TASK ITEM –
Once you find the line with "#151=FACE_BOUND('',#150,.T.);" in the entries below, return exactly every line from it through the line with "#173=CARTESIAN_POINT('',(19.886281,0.,0.));".

** RECORDS SUPPLIED follows **

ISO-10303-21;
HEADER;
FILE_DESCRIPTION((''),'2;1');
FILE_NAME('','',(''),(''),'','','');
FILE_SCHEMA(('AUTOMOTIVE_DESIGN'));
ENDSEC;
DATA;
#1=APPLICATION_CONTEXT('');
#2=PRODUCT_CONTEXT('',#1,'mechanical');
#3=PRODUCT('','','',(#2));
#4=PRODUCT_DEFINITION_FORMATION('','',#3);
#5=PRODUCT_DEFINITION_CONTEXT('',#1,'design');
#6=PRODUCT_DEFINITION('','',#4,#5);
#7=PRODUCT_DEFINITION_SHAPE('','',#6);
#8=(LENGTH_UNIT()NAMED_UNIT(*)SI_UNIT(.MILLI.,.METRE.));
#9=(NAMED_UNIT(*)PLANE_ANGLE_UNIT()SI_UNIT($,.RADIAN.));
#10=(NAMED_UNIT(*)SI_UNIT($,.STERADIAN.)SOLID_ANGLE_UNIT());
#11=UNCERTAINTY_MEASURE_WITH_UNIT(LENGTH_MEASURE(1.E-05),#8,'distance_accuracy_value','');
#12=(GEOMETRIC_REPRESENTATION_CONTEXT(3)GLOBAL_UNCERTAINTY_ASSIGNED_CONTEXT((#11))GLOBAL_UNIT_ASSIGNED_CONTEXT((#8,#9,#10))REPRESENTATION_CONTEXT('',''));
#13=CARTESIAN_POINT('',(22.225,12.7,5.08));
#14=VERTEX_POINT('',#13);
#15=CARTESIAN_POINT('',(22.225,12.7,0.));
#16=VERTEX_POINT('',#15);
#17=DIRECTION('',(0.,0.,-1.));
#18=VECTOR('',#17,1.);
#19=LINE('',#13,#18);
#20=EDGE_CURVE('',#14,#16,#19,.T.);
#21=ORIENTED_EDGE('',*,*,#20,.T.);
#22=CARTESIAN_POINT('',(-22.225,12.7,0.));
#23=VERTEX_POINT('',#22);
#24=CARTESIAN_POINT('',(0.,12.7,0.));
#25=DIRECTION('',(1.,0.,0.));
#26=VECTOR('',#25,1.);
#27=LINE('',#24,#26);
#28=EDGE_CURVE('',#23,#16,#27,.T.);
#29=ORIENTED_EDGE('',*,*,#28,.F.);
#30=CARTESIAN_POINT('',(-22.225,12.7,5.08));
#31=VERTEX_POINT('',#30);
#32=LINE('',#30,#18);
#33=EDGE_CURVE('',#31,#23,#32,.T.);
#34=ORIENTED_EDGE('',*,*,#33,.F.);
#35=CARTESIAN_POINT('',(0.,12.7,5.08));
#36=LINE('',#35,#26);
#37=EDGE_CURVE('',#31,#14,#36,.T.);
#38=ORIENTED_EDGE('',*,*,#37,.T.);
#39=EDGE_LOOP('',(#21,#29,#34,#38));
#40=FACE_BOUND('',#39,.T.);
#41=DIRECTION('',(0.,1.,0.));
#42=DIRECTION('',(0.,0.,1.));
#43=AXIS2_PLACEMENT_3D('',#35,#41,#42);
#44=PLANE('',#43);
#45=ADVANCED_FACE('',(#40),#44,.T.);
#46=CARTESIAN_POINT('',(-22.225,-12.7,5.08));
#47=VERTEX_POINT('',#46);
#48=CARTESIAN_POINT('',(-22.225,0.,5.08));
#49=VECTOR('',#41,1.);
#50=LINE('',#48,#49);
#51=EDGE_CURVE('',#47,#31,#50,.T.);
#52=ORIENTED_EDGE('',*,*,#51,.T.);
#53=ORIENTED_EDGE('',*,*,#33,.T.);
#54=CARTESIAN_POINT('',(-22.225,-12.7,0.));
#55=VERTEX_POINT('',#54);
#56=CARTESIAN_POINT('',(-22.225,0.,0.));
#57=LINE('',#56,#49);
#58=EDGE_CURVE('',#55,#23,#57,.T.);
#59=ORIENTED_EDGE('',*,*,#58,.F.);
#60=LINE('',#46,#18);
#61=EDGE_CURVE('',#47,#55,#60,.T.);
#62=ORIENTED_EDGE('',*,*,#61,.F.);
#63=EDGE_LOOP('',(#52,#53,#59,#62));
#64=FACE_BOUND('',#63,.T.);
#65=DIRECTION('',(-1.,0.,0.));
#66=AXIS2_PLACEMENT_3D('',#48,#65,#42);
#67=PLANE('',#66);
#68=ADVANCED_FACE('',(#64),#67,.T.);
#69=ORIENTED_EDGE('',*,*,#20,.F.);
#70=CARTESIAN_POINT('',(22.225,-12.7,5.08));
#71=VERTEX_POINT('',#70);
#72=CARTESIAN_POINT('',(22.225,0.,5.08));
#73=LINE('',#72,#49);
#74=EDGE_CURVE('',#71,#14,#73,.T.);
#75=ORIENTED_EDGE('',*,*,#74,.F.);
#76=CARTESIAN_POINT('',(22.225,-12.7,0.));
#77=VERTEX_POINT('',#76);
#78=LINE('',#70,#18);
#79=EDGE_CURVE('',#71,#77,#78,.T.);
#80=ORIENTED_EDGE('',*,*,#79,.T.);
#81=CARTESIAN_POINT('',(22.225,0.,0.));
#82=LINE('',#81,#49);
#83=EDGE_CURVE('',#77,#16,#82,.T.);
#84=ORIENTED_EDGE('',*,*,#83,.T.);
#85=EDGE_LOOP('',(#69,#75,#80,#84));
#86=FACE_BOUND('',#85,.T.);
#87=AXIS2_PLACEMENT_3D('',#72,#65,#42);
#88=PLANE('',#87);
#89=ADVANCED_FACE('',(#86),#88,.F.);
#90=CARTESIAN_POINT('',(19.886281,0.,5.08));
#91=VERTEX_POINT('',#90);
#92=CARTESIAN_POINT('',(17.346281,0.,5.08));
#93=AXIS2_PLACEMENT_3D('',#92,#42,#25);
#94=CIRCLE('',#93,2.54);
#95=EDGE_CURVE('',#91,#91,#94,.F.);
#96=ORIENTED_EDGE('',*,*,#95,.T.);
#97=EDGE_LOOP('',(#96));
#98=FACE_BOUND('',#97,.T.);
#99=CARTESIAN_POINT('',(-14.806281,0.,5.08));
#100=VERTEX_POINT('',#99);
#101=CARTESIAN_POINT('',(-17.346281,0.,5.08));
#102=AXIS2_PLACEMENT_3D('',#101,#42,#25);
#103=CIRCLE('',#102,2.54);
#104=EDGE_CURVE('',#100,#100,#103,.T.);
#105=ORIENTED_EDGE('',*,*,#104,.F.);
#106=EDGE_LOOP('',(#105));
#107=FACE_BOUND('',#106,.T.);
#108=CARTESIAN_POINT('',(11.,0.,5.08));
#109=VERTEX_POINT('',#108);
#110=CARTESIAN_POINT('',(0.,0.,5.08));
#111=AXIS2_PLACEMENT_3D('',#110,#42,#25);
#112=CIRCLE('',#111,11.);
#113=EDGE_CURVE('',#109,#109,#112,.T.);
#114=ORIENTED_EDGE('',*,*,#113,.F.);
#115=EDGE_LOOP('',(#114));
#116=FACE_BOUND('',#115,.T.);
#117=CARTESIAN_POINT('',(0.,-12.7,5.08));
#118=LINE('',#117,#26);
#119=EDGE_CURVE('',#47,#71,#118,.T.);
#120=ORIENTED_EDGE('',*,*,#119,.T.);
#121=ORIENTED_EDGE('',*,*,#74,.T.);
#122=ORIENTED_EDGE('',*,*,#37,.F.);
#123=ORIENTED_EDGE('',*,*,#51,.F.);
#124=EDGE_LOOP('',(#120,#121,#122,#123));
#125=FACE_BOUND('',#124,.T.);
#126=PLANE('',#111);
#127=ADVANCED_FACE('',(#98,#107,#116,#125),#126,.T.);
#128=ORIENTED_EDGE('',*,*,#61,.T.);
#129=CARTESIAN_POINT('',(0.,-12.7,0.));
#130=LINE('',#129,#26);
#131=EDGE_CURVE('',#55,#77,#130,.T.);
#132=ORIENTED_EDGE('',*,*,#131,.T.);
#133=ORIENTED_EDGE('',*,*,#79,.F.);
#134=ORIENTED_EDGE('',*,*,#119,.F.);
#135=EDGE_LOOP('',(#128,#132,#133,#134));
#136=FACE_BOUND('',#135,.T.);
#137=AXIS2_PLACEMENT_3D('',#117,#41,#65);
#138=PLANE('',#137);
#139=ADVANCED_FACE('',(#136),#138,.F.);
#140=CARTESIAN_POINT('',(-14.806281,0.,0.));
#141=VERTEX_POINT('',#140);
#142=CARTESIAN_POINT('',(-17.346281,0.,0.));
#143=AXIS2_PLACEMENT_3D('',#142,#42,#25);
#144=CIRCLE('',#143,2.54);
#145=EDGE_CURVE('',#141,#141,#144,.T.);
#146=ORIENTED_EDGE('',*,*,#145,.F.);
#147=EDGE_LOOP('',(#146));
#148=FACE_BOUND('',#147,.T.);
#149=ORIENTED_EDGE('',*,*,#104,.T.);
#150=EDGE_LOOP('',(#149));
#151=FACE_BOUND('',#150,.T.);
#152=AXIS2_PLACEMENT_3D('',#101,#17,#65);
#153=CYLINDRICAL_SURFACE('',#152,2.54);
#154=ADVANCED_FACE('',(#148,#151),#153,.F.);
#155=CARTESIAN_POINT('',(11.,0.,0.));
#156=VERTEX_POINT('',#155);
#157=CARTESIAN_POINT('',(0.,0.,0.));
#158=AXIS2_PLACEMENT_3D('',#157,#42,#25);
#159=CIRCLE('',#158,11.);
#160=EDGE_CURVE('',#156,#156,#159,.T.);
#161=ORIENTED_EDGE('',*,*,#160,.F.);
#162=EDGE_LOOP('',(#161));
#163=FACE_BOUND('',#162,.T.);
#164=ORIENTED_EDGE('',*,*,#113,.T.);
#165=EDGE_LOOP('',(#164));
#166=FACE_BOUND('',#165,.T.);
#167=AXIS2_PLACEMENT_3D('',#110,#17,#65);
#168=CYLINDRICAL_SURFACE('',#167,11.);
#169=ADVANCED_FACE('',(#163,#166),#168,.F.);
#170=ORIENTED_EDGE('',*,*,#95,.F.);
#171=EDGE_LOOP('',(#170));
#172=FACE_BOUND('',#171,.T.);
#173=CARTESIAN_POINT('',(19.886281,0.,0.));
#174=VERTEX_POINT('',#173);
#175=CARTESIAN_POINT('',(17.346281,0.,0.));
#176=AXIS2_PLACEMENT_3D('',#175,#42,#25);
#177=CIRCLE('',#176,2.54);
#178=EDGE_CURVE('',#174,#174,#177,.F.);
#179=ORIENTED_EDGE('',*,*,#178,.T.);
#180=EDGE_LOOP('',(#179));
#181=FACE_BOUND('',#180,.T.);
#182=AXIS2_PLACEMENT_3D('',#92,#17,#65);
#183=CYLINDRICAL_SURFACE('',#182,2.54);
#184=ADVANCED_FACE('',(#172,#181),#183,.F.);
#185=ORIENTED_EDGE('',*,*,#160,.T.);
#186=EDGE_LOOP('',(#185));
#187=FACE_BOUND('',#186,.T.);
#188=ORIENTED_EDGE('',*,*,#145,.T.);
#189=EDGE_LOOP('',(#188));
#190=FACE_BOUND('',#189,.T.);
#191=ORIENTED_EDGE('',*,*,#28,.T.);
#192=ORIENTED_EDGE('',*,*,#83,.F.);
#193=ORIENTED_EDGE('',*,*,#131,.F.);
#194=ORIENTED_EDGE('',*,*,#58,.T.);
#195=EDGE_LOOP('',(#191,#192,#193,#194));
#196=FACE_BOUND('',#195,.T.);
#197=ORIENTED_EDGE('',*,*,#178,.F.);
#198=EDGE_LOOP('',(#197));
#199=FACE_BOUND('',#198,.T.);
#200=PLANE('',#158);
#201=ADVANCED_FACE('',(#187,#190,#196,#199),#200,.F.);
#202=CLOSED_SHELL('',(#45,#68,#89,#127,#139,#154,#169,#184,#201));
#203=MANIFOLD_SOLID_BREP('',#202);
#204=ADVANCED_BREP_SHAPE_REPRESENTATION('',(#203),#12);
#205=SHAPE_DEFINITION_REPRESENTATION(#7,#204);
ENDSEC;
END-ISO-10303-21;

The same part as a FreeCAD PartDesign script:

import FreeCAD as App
import Part
import Sketcher
Q = App.Units.Quantity


def add_polygon(sketch, points):
    """Adds a closed chain of lines whose ends are joined by coincident constraints."""
    first, n = sketch.GeometryCount, len(points)
    for a, b in zip(points, points[1:] + points[:1]):
        sketch.addGeometry(Part.LineSegment(App.Vector(*a, 0), App.Vector(*b, 0)), False)
    for i in range(n):
        sketch.addConstraint(Sketcher.Constraint("Coincident", first + i, 2, first + (i + 1) % n, 1))

doc = App.newDocument("Part")
body = doc.addObject("PartDesign::Body", "Body")

sketch1 = body.newObject("Sketcher::SketchObject", "Sketch")
sketch1.AttachmentSupport = (doc.getObject("XY_Plane"), [""])
sketch1.MapMode = "FlatFace"
add_polygon(sketch1, [(22.225, 12.7), (-22.225, 12.7), (-22.225, -12.7), (22.225, -12.7)])
sketch1.addGeometry(Part.Circle(App.Vector(17.346281, 0, 0), App.Vector(0, 0, 1), 2.54), False)
sketch1.addGeometry(Part.Circle(App.Vector(0, 0, 0), App.Vector(0, 0, 1), 11), False)
sketch1.addGeometry(Part.Circle(App.Vector(-17.346281, 0, 0), App.Vector(0, 0, 1), 2.54), False)
sketch1.addConstraint(Sketcher.Constraint("Horizontal", 0))
sketch1.addConstraint(Sketcher.Constraint("Vertical", 1))
sketch1.addConstraint(Sketcher.Constraint("Horizontal", 2))
sketch1.addConstraint(Sketcher.Constraint("Vertical", 3))
sketch1.addConstraint(Sketcher.Constraint("Coincident", 5, 3, -1, 1))
sketch1.addConstraint(Sketcher.Constraint("Equal", 4, 6))
sketch1.addConstraint(Sketcher.Constraint("Symmetric", 4, 3, 6, 3, -1, 1))
sketch1.addConstraint(Sketcher.Constraint("Symmetric", 0, 2, 2, 2, -1, 1))
sketch1.addConstraint(Sketcher.Constraint("PointOnObject", 4, 3, -1))
sketch1.addConstraint(Sketcher.Constraint("Diameter", 4, Q("0.2 in")))
sketch1.addConstraint(Sketcher.Constraint("DistanceY", 1, 2, 1, 1, Q("1 in")))
sketch1.addConstraint(Sketcher.Constraint("DistanceX", 0, 2, 0, 1, Q("1.75 in")))
sketch1.addConstraint(Sketcher.Constraint("Diameter", 5, 22.0))
sketch1.addConstraint(Sketcher.Constraint("DistanceX", -1, 1, 4, 3, 17.346281))
pad1 = body.newObject("PartDesign::Pad", "Pad")
pad1.Profile = sketch1
pad1.Length = Q("0.2 in")

doc.recompute()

** End of RECORDS SUPPLIED **

WRITTEN SOLUTION –
#151=FACE_BOUND('',#150,.T.);
#152=AXIS2_PLACEMENT_3D('',#101,#17,#65);
#153=CYLINDRICAL_SURFACE('',#152,2.54);
#154=ADVANCED_FACE('',(#148,#151),#153,.F.);
#155=CARTESIAN_POINT('',(11.,0.,0.));
#156=VERTEX_POINT('',#155);
#157=CARTESIAN_POINT('',(0.,0.,0.));
#158=AXIS2_PLACEMENT_3D('',#157,#42,#25);
#159=CIRCLE('',#158,11.);
#160=EDGE_CURVE('',#156,#156,#159,.T.);
#161=ORIENTED_EDGE('',*,*,#160,.F.);
#162=EDGE_LOOP('',(#161));
#163=FACE_BOUND('',#162,.T.);
#164=ORIENTED_EDGE('',*,*,#113,.T.);
#165=EDGE_LOOP('',(#164));
#166=FACE_BOUND('',#165,.T.);
#167=AXIS2_PLACEMENT_3D('',#110,#17,#65);
#168=CYLINDRICAL_SURFACE('',#167,11.);
#169=ADVANCED_FACE('',(#163,#166),#168,.F.);
#170=ORIENTED_EDGE('',*,*,#95,.F.);
#171=EDGE_LOOP('',(#170));
#172=FACE_BOUND('',#171,.T.);
#173=CARTESIAN_POINT('',(19.886281,0.,0.));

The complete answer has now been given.